De la vente aux enchères aux « bons plans »
Il y eu tout d'abord l'engouement pour la vente aux enchères à la fin des années 90 : sur le sol français, on ne comptait plus les projets (Eurobid, iBazar, Aucland, Ontatoo, Evatek bien sûr ;-) ) dont il ne reste aujourd'hui pratiquement rien, hors eBay.
Juste derrière ce phénomène, la très fulgurante bulle de l'achat groupé emportée par Clust.com, qui n'est bien sûr pas sans rappeler le modèle Groupon.
Suivirent les shop-bots (dont Le Négociateur créé par mes camarades et amis de l'IIM) ou comparateurs de prix qui se comptaient alors eux aussi par dizaine. Modèle plus pertinent et essentiel face à la profusion d'offres et de produits, le modèle perdure à travers de nombreux représentants.
Plus tard, et pour une fois venue de France, la mode de la « vente privée » a littéralement explosé et les clones du modèle original vente-privee.com ont fait leur apparition en masse, là encore avec plus ou moins de bonheur (voir par exemple ces billets sur 24heures.fr ou encore Wantuno).
Tous ces modèles originaux ont connu la même évolution : d'abord l'émergence d'un précurseur, souvent Nord-américain, suivie d'une éruption de concurrents (plus problématique au début des années 2000 où un site devait sortir de ses frontières pour réussir et atteindre une certaine masse critique) directs ou sectoriels (niches). Ensuite l'écrémage et la contraction du marché autour d'une poignée d'acteurs, voire d'un seul, et parfois la disparition quasi-totale du concept (comme l'achat groupé ou le troc) suite à l'écroulement de la demande (la demande est souvent artificielle : stimulée par un « effet de mode », le bouche-à-oreille, des tarifs excessivement bradés, un marketing agressif, etc.).

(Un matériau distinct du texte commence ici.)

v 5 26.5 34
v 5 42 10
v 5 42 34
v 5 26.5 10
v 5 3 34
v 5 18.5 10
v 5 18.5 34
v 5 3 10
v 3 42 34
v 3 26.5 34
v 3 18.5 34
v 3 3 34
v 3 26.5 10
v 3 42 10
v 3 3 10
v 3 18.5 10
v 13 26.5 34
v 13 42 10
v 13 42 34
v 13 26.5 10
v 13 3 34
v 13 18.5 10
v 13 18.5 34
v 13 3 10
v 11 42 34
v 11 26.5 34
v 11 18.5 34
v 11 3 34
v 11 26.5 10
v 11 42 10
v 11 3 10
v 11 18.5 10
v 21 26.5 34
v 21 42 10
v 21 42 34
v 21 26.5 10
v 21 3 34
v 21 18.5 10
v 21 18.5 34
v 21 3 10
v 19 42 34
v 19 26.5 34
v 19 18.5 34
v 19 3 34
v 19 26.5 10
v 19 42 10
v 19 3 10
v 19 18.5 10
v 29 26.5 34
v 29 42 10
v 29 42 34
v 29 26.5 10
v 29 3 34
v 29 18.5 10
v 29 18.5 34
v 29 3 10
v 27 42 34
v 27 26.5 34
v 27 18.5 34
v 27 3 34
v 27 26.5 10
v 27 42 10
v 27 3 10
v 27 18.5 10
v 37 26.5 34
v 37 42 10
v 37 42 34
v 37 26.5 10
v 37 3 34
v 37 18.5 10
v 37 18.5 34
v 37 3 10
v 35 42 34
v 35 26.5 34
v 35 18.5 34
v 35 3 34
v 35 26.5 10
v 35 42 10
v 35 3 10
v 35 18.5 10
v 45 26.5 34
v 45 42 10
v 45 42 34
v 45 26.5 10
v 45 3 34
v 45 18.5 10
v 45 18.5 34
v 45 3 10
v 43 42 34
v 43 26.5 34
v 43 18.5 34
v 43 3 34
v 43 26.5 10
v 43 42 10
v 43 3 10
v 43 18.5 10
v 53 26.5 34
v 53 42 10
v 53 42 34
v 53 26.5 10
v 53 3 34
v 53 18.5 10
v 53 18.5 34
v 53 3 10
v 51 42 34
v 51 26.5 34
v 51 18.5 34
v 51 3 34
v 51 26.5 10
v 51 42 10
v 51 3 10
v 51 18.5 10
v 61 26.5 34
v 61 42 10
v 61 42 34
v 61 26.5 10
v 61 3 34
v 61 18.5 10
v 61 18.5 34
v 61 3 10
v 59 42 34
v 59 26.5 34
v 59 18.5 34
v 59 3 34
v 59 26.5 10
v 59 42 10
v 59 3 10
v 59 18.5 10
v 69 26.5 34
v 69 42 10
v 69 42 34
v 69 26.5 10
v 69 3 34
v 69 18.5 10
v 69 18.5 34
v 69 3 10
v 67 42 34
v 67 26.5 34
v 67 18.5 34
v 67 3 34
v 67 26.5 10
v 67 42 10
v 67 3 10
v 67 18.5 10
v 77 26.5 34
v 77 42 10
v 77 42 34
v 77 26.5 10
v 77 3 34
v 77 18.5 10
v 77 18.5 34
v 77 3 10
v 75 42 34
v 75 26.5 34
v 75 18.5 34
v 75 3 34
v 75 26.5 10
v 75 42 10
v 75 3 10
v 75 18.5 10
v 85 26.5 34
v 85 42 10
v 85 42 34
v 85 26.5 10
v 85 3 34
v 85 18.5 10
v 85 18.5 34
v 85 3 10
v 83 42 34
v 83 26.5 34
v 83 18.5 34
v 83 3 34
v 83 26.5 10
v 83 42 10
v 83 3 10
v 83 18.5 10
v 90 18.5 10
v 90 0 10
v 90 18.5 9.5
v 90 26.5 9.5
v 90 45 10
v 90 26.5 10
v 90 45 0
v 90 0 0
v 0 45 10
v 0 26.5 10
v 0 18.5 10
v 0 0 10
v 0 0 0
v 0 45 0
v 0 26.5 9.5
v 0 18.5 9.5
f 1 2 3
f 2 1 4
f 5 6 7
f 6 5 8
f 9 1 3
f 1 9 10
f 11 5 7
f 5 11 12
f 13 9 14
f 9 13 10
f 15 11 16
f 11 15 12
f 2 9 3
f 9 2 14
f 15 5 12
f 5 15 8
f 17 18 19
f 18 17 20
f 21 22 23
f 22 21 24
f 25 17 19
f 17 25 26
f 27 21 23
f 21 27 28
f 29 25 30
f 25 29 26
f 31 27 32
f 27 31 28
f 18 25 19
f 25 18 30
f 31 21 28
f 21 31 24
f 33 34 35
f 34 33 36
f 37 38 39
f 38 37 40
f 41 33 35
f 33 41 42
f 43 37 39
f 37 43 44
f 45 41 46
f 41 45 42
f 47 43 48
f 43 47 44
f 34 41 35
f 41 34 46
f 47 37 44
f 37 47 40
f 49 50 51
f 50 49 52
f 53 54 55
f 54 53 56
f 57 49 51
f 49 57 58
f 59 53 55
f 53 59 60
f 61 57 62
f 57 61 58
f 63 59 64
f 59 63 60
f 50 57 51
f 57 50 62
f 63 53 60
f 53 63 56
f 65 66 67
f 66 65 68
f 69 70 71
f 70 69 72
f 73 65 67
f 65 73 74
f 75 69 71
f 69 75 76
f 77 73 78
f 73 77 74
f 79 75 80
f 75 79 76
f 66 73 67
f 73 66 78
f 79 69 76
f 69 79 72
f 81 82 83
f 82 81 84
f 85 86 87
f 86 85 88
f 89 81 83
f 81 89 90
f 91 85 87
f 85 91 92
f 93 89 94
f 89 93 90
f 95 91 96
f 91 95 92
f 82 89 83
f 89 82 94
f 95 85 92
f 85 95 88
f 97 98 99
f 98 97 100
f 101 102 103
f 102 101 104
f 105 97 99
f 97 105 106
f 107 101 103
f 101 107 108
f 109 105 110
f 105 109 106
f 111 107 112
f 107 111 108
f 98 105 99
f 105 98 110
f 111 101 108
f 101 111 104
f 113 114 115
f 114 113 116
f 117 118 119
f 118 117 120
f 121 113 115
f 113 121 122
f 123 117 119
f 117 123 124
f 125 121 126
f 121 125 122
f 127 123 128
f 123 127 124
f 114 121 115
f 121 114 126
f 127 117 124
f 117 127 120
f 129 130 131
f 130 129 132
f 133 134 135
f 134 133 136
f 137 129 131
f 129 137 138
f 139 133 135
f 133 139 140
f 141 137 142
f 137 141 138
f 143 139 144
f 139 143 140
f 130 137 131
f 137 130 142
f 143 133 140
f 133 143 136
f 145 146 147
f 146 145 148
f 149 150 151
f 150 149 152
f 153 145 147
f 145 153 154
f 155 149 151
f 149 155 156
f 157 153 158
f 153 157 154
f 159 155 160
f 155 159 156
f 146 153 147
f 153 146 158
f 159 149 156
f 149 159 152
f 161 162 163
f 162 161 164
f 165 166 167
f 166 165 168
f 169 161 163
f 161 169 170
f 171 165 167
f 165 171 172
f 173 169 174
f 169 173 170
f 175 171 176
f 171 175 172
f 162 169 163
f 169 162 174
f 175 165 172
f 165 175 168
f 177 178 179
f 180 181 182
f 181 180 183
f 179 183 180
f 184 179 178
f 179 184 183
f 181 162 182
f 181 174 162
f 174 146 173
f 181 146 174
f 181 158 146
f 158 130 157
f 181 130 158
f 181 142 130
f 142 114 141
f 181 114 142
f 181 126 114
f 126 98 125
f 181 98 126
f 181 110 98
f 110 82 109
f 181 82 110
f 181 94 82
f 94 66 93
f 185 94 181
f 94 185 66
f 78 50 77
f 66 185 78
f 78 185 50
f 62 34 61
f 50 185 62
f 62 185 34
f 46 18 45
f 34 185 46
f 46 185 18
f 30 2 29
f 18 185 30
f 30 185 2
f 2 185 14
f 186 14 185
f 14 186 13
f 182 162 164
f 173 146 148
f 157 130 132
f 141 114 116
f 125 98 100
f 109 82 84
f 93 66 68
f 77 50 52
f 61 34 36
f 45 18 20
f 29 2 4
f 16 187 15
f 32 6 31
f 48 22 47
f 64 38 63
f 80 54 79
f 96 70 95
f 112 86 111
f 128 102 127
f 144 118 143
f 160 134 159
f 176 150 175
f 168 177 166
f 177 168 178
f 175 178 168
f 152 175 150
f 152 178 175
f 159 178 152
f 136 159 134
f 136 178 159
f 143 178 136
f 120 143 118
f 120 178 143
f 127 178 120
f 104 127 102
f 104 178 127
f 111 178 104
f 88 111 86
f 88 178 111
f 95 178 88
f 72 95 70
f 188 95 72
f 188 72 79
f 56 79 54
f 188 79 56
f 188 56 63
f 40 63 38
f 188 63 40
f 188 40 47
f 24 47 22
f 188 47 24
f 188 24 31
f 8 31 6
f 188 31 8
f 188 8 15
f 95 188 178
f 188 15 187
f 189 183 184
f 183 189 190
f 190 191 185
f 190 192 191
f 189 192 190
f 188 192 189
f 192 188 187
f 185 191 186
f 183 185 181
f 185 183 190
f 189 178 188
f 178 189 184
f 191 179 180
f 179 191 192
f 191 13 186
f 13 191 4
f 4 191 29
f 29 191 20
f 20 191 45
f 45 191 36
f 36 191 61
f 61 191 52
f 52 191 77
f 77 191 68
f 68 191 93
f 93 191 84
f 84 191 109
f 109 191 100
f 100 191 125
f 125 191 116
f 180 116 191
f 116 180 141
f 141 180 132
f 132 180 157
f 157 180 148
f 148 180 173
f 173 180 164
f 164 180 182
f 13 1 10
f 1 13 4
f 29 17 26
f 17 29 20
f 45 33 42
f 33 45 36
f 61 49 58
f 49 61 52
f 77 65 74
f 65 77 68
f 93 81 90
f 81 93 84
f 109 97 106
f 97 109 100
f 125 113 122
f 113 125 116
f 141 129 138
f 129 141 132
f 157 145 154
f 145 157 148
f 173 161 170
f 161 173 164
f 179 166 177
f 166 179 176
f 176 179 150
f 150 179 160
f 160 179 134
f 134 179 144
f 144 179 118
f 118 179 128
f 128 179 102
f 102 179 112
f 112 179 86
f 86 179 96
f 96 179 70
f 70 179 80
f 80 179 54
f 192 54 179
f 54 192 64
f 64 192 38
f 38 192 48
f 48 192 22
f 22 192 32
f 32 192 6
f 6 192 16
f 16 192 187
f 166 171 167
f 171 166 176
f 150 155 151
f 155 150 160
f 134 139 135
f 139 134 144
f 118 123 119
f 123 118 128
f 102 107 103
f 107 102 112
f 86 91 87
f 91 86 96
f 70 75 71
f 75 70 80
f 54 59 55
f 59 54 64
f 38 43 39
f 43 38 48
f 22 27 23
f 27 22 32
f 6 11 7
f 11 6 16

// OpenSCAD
$fn = 32;

// ----------------------------------------------------------------------
// Heatsink: slotted fin block
// ----------------------------------------------------------------------

// --- parameters (mm) ---
base_l = 90;              // base length, X
base_w = 45;              // base width, Y
base_t = 10;              // base plate thickness
fin_h = 25;               // fin height above the base
fin_t = 2;                // fin thickness
edge = 3;                 // margin from the base ends
pitch = 8;                // fin pitch
slot_w = 8;               // central slot width, Y

n_fins = floor((base_l - 2 * edge - fin_t) / pitch) + 1;  // fin count
total_h = base_t + fin_h - 1;  // overall height

difference() {
union() {
  cube([base_l, base_w, base_t]);
  for (i = [0 : n_fins - 1])
    translate([edge + i * pitch, edge, base_t - 1])
      cube([fin_t, base_w - 2 * edge, fin_h]);
}
  translate([-1, base_w / 2 - slot_w / 2, base_t - 0.5])
    cube([base_l + 2, slot_w, fin_h + 2]);
}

La folie du modèle Groupon
Vous me voyez certainement venir avec cette longue introduction : j'ai le sentiment que nous sommes de nouveau au pic du développement de la vente de coupons de réduction selon Groupon. Et « pic » est un euphémisme quand on regarde de plus près ce marché.
Le lancement de LivingSocial en France (ou plus exactement à Paris) il y a quelques jours n'est que le dernier épisode d'une longue mais jeune saga (Groupon n'a que deux ans d'existence).

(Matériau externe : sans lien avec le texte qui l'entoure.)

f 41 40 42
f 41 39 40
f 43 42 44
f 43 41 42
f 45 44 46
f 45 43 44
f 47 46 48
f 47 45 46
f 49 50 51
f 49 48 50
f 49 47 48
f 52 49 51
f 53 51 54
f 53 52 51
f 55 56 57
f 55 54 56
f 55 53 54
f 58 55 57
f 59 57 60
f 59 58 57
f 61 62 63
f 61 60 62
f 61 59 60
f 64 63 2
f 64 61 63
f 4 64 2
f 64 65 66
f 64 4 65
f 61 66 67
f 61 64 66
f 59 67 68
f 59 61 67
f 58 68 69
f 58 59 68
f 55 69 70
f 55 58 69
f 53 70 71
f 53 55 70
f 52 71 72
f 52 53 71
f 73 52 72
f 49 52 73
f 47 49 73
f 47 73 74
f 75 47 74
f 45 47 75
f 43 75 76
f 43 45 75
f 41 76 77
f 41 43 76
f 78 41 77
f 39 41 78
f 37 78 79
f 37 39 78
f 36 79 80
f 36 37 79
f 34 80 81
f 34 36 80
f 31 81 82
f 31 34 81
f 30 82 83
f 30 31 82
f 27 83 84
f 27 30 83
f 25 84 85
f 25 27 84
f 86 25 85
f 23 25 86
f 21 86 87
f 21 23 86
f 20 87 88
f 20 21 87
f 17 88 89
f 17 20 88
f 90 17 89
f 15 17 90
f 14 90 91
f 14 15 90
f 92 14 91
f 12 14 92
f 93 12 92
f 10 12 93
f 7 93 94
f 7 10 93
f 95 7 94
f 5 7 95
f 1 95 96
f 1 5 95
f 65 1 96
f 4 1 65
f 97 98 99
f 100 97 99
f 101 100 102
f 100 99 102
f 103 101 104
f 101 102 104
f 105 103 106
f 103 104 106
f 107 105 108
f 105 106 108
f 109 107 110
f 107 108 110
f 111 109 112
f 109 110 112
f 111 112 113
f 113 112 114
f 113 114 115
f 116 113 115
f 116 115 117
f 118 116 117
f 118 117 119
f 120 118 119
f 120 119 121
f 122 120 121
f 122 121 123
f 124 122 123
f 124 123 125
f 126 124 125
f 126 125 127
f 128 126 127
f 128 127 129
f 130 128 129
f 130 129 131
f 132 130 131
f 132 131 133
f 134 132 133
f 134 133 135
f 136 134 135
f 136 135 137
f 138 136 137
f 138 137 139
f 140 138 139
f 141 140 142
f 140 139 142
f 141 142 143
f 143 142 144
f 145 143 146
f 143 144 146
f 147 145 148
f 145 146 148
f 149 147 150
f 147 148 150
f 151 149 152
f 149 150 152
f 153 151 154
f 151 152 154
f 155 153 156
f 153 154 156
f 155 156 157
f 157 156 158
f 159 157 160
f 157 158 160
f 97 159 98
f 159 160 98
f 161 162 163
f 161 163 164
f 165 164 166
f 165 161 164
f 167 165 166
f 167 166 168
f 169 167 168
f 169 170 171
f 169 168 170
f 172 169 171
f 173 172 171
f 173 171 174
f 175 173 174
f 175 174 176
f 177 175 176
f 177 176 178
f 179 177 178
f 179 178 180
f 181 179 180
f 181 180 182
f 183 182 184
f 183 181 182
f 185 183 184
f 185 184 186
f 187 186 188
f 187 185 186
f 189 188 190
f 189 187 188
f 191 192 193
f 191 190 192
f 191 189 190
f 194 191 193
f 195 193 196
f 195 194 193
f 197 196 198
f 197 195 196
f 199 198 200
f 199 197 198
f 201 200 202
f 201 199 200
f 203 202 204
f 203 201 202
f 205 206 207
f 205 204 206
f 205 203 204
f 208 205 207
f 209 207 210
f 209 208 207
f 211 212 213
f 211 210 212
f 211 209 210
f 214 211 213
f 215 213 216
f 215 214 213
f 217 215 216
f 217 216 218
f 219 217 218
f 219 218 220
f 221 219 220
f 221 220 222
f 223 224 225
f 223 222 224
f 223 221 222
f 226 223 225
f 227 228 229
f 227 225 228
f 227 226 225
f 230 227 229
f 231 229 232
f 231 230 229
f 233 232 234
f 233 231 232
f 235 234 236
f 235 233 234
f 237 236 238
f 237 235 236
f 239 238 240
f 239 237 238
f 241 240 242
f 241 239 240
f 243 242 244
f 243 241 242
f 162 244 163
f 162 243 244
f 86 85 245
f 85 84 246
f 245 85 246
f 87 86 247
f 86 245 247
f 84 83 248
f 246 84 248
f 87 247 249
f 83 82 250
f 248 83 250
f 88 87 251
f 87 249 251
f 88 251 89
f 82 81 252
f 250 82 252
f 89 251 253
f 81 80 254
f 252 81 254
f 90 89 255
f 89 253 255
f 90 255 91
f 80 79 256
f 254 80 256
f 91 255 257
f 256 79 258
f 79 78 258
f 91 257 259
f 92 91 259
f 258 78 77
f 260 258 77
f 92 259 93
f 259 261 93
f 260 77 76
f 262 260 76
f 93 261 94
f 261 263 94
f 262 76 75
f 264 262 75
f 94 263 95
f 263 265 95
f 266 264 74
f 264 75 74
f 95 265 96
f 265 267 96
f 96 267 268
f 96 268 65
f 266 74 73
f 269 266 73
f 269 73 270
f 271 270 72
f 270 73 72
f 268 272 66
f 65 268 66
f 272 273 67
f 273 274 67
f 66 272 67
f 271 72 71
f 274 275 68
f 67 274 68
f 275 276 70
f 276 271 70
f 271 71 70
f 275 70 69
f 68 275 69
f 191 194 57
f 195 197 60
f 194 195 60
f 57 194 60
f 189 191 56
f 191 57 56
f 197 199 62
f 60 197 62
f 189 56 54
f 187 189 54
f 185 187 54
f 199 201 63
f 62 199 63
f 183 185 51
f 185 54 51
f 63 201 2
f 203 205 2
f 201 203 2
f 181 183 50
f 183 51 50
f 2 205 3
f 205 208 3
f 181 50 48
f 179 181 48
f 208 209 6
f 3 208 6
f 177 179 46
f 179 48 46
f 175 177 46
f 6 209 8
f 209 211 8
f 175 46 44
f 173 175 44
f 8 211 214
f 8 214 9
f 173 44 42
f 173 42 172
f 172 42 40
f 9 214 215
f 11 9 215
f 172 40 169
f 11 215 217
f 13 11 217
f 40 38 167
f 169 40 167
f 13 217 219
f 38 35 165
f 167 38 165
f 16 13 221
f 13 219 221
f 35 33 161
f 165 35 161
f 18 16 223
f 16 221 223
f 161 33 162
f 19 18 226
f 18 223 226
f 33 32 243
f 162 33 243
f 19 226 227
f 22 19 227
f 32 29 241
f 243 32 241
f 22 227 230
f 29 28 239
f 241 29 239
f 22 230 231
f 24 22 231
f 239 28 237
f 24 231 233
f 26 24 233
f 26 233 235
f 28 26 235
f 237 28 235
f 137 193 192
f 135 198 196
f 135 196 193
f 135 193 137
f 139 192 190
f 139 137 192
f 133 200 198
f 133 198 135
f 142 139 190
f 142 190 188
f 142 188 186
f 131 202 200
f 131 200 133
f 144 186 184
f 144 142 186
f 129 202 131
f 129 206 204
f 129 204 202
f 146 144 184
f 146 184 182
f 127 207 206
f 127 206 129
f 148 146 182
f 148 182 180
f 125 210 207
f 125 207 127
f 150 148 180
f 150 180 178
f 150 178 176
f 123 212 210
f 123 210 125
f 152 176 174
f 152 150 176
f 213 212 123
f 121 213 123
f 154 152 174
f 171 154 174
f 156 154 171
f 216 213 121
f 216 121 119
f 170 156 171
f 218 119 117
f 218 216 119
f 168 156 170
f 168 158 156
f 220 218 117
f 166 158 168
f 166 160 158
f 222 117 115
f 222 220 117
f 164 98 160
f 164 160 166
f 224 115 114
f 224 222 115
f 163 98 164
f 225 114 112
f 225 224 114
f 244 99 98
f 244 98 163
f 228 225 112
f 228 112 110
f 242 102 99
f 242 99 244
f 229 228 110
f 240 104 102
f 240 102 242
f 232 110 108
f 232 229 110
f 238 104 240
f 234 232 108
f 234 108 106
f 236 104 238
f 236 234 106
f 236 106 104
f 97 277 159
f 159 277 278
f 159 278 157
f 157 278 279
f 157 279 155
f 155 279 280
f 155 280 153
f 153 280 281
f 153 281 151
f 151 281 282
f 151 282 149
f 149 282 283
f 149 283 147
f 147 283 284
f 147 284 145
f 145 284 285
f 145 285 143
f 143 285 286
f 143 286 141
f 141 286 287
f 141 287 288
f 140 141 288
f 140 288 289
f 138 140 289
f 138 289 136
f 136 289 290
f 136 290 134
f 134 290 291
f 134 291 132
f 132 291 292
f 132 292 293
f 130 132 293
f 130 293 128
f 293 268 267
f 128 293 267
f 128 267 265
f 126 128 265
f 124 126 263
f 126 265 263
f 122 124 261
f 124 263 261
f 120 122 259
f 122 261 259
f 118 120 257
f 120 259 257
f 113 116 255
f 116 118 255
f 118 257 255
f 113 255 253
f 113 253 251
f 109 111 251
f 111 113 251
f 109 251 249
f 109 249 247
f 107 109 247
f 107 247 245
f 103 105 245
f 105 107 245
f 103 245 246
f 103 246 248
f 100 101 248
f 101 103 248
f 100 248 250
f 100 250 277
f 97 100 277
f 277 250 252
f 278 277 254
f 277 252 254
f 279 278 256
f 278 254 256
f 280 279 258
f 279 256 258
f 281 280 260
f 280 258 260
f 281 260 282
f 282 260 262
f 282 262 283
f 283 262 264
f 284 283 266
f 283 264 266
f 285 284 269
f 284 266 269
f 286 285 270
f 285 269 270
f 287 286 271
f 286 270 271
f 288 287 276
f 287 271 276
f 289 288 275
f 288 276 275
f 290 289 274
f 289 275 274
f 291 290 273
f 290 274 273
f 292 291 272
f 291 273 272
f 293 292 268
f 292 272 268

On ne compte donc plus le nombre de copycat du modèle original et ceux qui en vivent comme les agrégateurs. Nous y retrouvons d'ailleurs 3 Big Four : Google, Facebook et Amazon.
Mais amusons-nous à en dresser une liste - que j'espère exhaustive - pour le seul marché français. :-)
- Groupon (ex-CityDeal)
- Google Offers (à venir en France)
- LivingSocial (financé par Amazon)
- Facebook Places (à venir en France)
- Rosedeal by vente-privee.com
- kgbdeals
- LeTrader
- bon-prive.com
- Everybodeal
- Groupolitan
- Dealissime (société dans laquelle LivingSocial a pris une participation)
- ClubDeal
- Lookingo
- Dealgroop
- Skoopon
- Wonderdeal
- Waah!
- Vis Ma Ville
- Envies en ville
- Deal For Men
- DealPourTous
- Carré des deals
- Wonderboxprivé
- iDeal (de iGraal, un spécialiste du cash back)
- MaxiDeal
- Offerum
- AutomoDeal (dédié à l'automobile)
- SherifDeal
- BuyPacker
- Restauprivé (spécialisé dans la restauration, absorbé par Restopolitan)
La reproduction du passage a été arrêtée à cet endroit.